Her ne kadar rutin vitamin desteğinin gebelik sonuçlarını iyileştirdiğine dair bilimsel kanıt yeterli düzeyde olmasa da ciddi beslenme yetersizliğine sahip adolesan gebeliklerinde multivitamin-mineral desteğinin, preterm doğumu ve düşük doğum tartılı bebekleri anlamlı oranda azalttığı gösterilmiştir.
Institute of Medicine ve ACOG gebelikte demir dışında rutin vitamin desteğinin gereksiz olduğuna dair fikir bildirmişlerdir. Ancak, her iki kurum da her gebe kadının günlük beslenme alışkanlıklarının değerlendirilmesini ve yetersiz besin alımı düşünüldüğünde veya yüksek-risk kategorilerine dahil olma durumu varlığında, ikinci trimesterin başında bir multivitamin desteğinin sağlanması gerektiğini belirtmişlerdir.
Siega-Riz tarafından 2002 yılında yapılan bir çalışmada, Kuzey Carolina’daki gebe kadınlar incelendiğinde, yalnız diyet yoluyla önerilen demir alımının yalnız %30 gebede, folat alımının ise yalnız %60 gebede karşılanabildiği ortaya konmuştur. Bu da Amerikan kadınlarının yüksek gelir düzeylerine sahip olsalar dahi besin gereksinimlerini yalnız gıda yoluyla alamadıklarını göstermiş olup önemli bir gebe populasyonuna multivitamin desteği verilmesi gereğini ortaya koymuştur. Ancak, yapılan komplians çalışmalarında gebelerin yaklaşık 1/3’ünün reçete edilen multivitaminleri almadıkları görülmüştür. Düşük eğitim düzeyine sahip ve genç yaştaki kadınların daha az multivitamin kullandığı görülmüştür.
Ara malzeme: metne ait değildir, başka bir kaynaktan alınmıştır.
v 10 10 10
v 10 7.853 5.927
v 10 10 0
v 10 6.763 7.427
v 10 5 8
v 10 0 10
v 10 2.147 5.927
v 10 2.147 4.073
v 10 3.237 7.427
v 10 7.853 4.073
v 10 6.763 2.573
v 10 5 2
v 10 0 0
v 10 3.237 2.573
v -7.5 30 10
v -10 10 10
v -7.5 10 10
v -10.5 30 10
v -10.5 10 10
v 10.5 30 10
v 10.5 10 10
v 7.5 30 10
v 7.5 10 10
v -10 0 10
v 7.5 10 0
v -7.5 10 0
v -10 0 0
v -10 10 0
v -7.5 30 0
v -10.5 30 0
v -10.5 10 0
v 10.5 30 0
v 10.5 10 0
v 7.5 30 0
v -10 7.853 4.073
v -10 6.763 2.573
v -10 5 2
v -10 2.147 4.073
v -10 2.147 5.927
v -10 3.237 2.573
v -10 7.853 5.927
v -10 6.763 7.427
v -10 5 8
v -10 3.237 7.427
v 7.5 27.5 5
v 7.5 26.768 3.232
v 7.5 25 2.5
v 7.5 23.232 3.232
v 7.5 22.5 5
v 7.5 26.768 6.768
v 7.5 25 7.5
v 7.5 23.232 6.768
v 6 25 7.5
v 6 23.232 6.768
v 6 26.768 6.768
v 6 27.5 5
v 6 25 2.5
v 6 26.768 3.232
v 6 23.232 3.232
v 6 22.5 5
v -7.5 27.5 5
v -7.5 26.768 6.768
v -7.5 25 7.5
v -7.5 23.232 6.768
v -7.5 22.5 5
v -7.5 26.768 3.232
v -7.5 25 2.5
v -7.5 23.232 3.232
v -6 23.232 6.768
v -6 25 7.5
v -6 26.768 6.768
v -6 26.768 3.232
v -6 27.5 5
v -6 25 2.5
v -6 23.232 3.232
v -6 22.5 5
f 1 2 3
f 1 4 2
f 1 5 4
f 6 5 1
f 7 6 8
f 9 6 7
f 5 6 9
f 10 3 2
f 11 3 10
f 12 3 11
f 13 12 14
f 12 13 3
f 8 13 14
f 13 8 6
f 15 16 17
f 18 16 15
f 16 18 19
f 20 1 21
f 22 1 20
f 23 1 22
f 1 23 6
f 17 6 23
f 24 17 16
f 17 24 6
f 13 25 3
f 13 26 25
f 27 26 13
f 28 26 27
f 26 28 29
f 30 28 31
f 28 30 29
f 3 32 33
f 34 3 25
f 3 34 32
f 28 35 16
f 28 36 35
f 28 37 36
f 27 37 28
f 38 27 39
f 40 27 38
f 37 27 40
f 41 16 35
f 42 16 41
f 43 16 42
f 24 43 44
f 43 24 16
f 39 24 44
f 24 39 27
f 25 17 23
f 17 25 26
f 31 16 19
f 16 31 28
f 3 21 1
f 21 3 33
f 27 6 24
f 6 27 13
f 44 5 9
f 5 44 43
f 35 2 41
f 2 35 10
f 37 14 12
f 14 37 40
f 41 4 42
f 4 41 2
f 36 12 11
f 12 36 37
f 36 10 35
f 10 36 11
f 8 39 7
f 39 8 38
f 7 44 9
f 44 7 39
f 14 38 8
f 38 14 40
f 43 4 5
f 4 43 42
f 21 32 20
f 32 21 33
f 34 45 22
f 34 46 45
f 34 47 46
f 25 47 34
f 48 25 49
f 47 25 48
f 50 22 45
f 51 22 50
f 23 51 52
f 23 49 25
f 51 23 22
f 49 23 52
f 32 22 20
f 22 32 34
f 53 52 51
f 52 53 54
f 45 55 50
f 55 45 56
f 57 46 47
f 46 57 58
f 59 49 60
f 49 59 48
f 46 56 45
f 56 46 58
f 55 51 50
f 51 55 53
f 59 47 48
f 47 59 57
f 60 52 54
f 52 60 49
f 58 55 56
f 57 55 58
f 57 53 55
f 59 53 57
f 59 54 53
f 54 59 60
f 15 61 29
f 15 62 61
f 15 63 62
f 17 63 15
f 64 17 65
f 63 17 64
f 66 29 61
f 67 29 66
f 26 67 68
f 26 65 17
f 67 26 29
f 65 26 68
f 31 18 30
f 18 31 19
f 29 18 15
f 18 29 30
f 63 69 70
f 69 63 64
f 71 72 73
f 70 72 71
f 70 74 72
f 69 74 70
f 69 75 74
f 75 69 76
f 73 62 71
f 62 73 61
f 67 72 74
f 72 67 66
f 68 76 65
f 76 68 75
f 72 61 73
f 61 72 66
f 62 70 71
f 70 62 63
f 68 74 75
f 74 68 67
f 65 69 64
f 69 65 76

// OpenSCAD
union() {
	union() {
		difference() {
			translate(v = [-10.0000000000, 0, 0]) {
				cube(size = [20, 10, 10]);
			}
			translate(v = [0, 5, 5]) {
				rotate(a = 90, v = [0, 1, 0]) {
					cylinder(h = 22, r = 3, center = true);
				}
			}
		}
		translate(v = [7.5000000000, 10, 0]) {
			cube(size = [3, 20, 10]);
			translate(v = [0, 15, 5]) {
				rotate(a = 90, v = [0, 1, 0]) {
					cylinder(h = 3, r = 2.5000000000, center = true);
				}
			}
		}
		translate(v = [-10.5000000000, 10, 0]) {
			cube(size = [3, 20, 10]);
			translate(v = [3, 15, 5]) {
				rotate(a = 90, v = [0, 1, 0]) {
					cylinder(h = 3, r = 2.5000000000, center = true);
				}
			}
		}
	}
}
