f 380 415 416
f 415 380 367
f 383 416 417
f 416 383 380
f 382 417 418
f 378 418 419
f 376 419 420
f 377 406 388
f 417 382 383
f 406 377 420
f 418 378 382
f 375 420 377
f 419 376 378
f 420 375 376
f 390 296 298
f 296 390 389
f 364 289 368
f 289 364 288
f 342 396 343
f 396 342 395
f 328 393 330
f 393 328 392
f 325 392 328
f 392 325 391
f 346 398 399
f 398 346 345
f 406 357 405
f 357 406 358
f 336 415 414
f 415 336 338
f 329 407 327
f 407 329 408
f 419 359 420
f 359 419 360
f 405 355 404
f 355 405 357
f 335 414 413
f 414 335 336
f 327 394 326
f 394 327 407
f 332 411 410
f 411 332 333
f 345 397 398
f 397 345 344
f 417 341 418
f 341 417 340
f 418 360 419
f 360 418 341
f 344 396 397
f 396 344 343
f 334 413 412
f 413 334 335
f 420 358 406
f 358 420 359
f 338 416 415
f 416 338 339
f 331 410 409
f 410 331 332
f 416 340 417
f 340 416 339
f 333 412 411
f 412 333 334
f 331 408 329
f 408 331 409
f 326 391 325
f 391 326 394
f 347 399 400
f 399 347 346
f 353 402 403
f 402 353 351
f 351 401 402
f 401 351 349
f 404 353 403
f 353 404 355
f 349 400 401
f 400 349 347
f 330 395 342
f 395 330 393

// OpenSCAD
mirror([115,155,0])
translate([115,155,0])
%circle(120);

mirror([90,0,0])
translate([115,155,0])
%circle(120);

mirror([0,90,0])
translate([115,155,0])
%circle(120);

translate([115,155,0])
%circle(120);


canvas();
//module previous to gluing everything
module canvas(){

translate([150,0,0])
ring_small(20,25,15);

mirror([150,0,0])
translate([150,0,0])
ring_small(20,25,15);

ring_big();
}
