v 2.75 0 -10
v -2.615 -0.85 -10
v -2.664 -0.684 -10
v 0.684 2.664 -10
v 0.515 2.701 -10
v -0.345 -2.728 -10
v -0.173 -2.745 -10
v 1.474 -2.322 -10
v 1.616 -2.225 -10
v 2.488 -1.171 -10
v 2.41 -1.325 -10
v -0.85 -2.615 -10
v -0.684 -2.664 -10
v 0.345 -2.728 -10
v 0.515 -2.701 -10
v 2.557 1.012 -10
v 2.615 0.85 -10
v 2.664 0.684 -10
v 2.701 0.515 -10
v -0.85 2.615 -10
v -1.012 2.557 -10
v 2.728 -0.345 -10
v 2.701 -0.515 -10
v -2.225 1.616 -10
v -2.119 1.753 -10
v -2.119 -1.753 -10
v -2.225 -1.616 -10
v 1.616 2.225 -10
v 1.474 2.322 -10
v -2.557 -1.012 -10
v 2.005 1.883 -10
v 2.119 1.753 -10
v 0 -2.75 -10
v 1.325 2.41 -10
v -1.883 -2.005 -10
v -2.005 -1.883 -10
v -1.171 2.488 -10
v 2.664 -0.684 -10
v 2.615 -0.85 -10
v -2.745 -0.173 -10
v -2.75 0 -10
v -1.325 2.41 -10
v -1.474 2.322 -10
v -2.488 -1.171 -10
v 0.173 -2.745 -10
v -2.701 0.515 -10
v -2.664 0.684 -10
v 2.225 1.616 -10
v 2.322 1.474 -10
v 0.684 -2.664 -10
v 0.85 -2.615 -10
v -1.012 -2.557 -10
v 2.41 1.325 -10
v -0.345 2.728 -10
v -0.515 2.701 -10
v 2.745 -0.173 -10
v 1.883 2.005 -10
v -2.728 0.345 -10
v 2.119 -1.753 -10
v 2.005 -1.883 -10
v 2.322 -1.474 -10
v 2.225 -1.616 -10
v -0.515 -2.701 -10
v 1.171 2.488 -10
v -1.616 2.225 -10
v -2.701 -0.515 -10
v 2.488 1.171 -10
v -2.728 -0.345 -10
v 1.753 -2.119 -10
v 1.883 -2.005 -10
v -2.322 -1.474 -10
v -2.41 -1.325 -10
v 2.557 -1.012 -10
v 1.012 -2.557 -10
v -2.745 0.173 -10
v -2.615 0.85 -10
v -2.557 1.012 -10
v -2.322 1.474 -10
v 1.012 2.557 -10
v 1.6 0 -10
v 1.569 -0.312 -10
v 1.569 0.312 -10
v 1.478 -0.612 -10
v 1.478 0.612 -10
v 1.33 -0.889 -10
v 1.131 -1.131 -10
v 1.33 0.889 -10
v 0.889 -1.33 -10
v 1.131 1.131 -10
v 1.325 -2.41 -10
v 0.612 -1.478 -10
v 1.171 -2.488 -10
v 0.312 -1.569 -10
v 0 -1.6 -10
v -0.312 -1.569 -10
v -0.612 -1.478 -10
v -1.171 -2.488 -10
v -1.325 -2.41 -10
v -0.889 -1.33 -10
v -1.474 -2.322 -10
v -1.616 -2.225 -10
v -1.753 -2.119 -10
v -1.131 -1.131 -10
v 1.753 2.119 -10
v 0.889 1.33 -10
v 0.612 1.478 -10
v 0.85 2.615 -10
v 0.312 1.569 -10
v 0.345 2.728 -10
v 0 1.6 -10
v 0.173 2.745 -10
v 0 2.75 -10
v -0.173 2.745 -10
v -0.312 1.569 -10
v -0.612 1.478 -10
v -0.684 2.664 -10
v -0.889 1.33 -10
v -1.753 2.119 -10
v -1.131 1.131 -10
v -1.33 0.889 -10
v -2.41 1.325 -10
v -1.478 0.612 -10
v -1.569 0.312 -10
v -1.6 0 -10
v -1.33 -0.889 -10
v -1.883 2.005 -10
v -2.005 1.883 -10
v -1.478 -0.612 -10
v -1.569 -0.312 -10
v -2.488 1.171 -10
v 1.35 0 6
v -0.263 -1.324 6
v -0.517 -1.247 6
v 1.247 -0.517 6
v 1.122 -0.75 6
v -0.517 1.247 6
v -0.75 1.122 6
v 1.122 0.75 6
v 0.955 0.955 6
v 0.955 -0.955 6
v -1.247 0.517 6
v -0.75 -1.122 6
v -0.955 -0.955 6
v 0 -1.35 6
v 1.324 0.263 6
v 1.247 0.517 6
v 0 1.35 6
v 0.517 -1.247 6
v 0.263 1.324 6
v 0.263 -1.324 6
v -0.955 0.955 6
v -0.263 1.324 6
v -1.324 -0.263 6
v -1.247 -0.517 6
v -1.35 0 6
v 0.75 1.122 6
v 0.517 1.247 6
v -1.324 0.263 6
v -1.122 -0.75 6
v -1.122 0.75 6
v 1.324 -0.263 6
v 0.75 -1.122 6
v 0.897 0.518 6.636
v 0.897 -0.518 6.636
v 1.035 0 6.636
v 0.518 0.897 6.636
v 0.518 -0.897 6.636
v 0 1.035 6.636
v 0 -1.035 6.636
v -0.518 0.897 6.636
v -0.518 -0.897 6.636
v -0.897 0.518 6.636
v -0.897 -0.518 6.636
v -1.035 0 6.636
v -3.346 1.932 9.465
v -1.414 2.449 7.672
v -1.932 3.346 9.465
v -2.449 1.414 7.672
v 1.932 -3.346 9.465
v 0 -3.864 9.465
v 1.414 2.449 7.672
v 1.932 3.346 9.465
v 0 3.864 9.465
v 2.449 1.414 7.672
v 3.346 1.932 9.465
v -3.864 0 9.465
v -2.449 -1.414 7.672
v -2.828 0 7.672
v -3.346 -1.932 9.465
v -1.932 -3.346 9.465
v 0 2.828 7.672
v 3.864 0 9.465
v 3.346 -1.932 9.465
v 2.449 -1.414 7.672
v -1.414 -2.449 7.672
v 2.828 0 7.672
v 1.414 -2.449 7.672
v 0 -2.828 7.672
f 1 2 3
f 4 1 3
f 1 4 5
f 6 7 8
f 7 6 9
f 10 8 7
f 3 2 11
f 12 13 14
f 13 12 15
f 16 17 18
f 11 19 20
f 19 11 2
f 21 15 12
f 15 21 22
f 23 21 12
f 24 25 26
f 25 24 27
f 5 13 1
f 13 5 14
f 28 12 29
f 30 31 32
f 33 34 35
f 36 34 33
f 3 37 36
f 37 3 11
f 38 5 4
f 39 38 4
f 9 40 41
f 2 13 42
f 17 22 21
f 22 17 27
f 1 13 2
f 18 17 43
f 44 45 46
Sonuç olarak gebelere multivitamin desteği verildiğinde dahi multivitamin preparatlarının gerekli besin maddelerinin tamamını değil, yalnızca bir kısmını karşılamakta olduğu ve sağlıklı bir diyetin yerine asla geçmeyeceği açıkça vurgulanmalıdır. Gebeler dengeli ve çeşitli beslenme konusunda bilinçlendirilmeli, beslenme alışkanlıkları değerlendirilmelidir. Perikonsepsiyonel/erken gebelik döneminde tüm kadınlara folat desteği verilmelidir. Demir ve folat dışındaki gebelikte ihtiyacın arttığı tüm besin öğeleri, dengeli beslenme konusunda yapılan bilinçlendirme ile, (hastada nutrisyonel risk faktörü bulunmadığı taktirde) diyet yoluyla karşılanabilmektedir.